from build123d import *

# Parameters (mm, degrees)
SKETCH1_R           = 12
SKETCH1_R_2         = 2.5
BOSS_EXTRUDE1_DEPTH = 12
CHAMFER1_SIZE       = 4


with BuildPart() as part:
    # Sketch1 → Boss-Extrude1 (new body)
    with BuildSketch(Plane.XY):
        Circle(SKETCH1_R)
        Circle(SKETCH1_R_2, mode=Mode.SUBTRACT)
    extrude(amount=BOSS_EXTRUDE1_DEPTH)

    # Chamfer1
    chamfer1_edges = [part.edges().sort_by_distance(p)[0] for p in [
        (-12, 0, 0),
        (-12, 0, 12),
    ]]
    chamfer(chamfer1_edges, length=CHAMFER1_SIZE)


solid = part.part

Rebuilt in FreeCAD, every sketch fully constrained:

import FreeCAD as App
import Part
import Sketcher
from FreeCAD import Vector


def edges_at(feature, points):
    """Names of the edges that pass closest to the given points."""
    edges = feature.Shape.Edges
    near = lambda p: min(range(len(edges)), key=lambda i: edges[i].distToShape(Part.Vertex(*p))[0])
    return sorted({f"Edge{near(p) + 1}" for p in points})

doc = App.newDocument("Part")
body = doc.addObject("PartDesign::Body", "Body")

# Sketch on XY plane
sketch1 = body.newObject("Sketcher::SketchObject", "Sketch")
sketch1.AttachmentSupport = (doc.getObject("XY_Plane"), [""])
sketch1.MapMode = "FlatFace"
sketch1.addGeometry(Part.Circle(Vector(0, 0, 0), Vector(0, 0, 1), 12), False)
sketch1.addGeometry(Part.Circle(Vector(0, 0, 0), Vector(0, 0, 1), 2.5), False)
sketch1.addConstraint(Sketcher.Constraint("Coincident", 0, 3, -1, 1))
sketch1.addConstraint(Sketcher.Constraint("Coincident", 1, 3, -1, 1))
sketch1.addConstraint(Sketcher.Constraint("Diameter", 0, 24.0))
sketch1.addConstraint(Sketcher.Constraint("Diameter", 1, 5.0))
pad1 = body.newObject("PartDesign::Pad", "Pad")
pad1.Profile = sketch1
pad1.Length = 12
doc.recompute()

chamfer = body.newObject("PartDesign::Chamfer", "Chamfer")
chamfer.Base = (pad1, edges_at(pad1, [(-12, 0, 0), (-12, 0, 12)]))
chamfer.Size = 4

doc.recompute()
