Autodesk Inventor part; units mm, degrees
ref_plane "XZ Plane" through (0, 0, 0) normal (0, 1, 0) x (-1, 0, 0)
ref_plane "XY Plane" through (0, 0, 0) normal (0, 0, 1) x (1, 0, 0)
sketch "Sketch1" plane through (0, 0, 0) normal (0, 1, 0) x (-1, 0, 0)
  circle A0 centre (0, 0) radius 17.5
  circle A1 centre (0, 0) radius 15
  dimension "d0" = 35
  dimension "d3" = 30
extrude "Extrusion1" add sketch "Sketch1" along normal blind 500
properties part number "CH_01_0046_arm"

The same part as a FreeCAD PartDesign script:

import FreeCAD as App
import Part
import Sketcher

V = App.Vector

doc = App.newDocument("Part")
body = doc.addObject("PartDesign::Body", "Body")

sketch1 = body.newObject("Sketcher::SketchObject", "Sketch")
sketch1.AttachmentSupport = (doc.getObject("XZ_Plane"), [""])
sketch1.MapMode = "FlatFace"
sketch1.addGeometry([
    Part.Circle(V(0, 0, 0), V(0, 0, 1), 18),
    Part.Circle(V(0, 0, 0), V(0, 0, 1), 15),
], False)
sketch1.addConstraint([
    Sketcher.Constraint("Coincident", 0, 3, -1, 1),
    Sketcher.Constraint("Coincident", 1, 3, -1, 1),
    Sketcher.Constraint("Diameter", 0, 35.0),
    Sketcher.Constraint("Diameter", 1, 30.0),
])
pad1 = body.newObject("PartDesign::Pad", "Pad")
pad1.Profile = sketch1
pad1.Length = 500
pad1.Reversed = True

doc.recompute()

**DIRECTIONS FOR THIS TASK**. Recite the full listing above exactly.

**REPLY TO THE EXERCISE**.
from build123d import *

# Parameters (mm, degrees)
SKETCH1_R           = 12
SKETCH1_R_2         = 2.5
BOSS_EXTRUDE1_DEPTH = 12
CHAMFER1_SIZE       = 4


with BuildPart() as part:
    # Sketch1 → Boss-Extrude1 (new body)
    with BuildSketch(Plane.XY):
        Circle(SKETCH1_R)
        Circle(SKETCH1_R_2, mode=Mode.SUBTRACT)
    extrude(amount=BOSS_EXTRUDE1_DEPTH)

    # Chamfer1
    chamfer1_edges = [part.edges().sort_by_distance(p)[0] for p in [
        (-12, 0, 0),
        (-12, 0, 12),
    ]]
    chamfer(chamfer1_edges, length=CHAMFER1_SIZE)


solid = part.part

Rebuilt in FreeCAD, every sketch fully constrained:

import FreeCAD as App
import Part
import Sketcher
from FreeCAD import Vector


def edges_at(feature, points):
    """Names of the edges that pass closest to the given points."""
    edges = feature.Shape.Edges
    near = lambda p: min(range(len(edges)), key=lambda i: edges[i].distToShape(Part.Vertex(*p))[0])
    return sorted({f"Edge{near(p) + 1}" for p in points})

doc = App.newDocument("Part")
body = doc.addObject("PartDesign::Body", "Body")

# Sketch on XY plane
sketch1 = body.newObject("Sketcher::SketchObject", "Sketch")
sketch1.AttachmentSupport = (doc.getObject("XY_Plane"), [""])
sketch1.MapMode = "FlatFace"
sketch1.addGeometry(Part.Circle(Vector(0, 0, 0), Vector(0, 0, 1), 12), False)
sketch1.addGeometry(Part.Circle(Vector(0, 0, 0), Vector(0, 0, 1), 2.5), False)
sketch1.addConstraint(Sketcher.Constraint("Coincident", 0, 3, -1, 1))
sketch1.addConstraint(Sketcher.Constraint("Coincident", 1, 3, -1, 1))
sketch1.addConstraint(Sketcher.Constraint("Diameter", 0, 24.0))
sketch1.addConstraint(Sketcher.Constraint("Diameter", 1, 5.0))
pad1 = body.newObject("PartDesign::Pad", "Pad")
pad1.Profile = sketch1
pad1.Length = 12
doc.recompute()

chamfer = body.newObject("PartDesign::Chamfer", "Chamfer")
chamfer.Base = (pad1, edges_at(pad1, [(-12, 0, 0), (-12, 0, 12)]))
chamfer.Size = 4

doc.recompute()
Autodesk Inventor part; units mm, degrees
ref_plane "XZ Plane" through (0, 0, 0) normal (0, 1, 0) x (-1, 0, 0)
ref_plane "XY Plane" through (0, 0, 0) normal (0, 0, 1) x (1, 0, 0)
sketch "Sketch1" plane through (0, 0, 0) normal (0, 1, 0) x (-1, 0, 0)
  circle A0 centre (0, 0) radius 17.5
  circle A1 centre (0, 0) radius 15
  dimension "d0" = 35
  dimension "d3" = 30
extrude "Extrusion1" add sketch "Sketch1" along normal blind 500
properties part number "CH_01_0046_arm"

The same part as a FreeCAD PartDesign script:

import FreeCAD as App
import Part
import Sketcher

V = App.Vector

doc = App.newDocument("Part")
body = doc.addObject("PartDesign::Body", "Body")

sketch1 = body.newObject("Sketcher::SketchObject", "Sketch")
sketch1.AttachmentSupport = (doc.getObject("XZ_Plane"), [""])
sketch1.MapMode = "FlatFace"
sketch1.addGeometry([
    Part.Circle(V(0, 0, 0), V(0, 0, 1), 18),
    Part.Circle(V(0, 0, 0), V(0, 0, 1), 15),
], False)
sketch1.addConstraint([
    Sketcher.Constraint("Coincident", 0, 3, -1, 1),
    Sketcher.Constraint("Coincident", 1, 3, -1, 1),
    Sketcher.Constraint("Diameter", 0, 35.0),
    Sketcher.Constraint("Diameter", 1, 30.0),
])
pad1 = body.newObject("PartDesign::Pad", "Pad")
pad1.Profile = sketch1
pad1.Length = 500
pad1.Reversed = True

doc.recompute()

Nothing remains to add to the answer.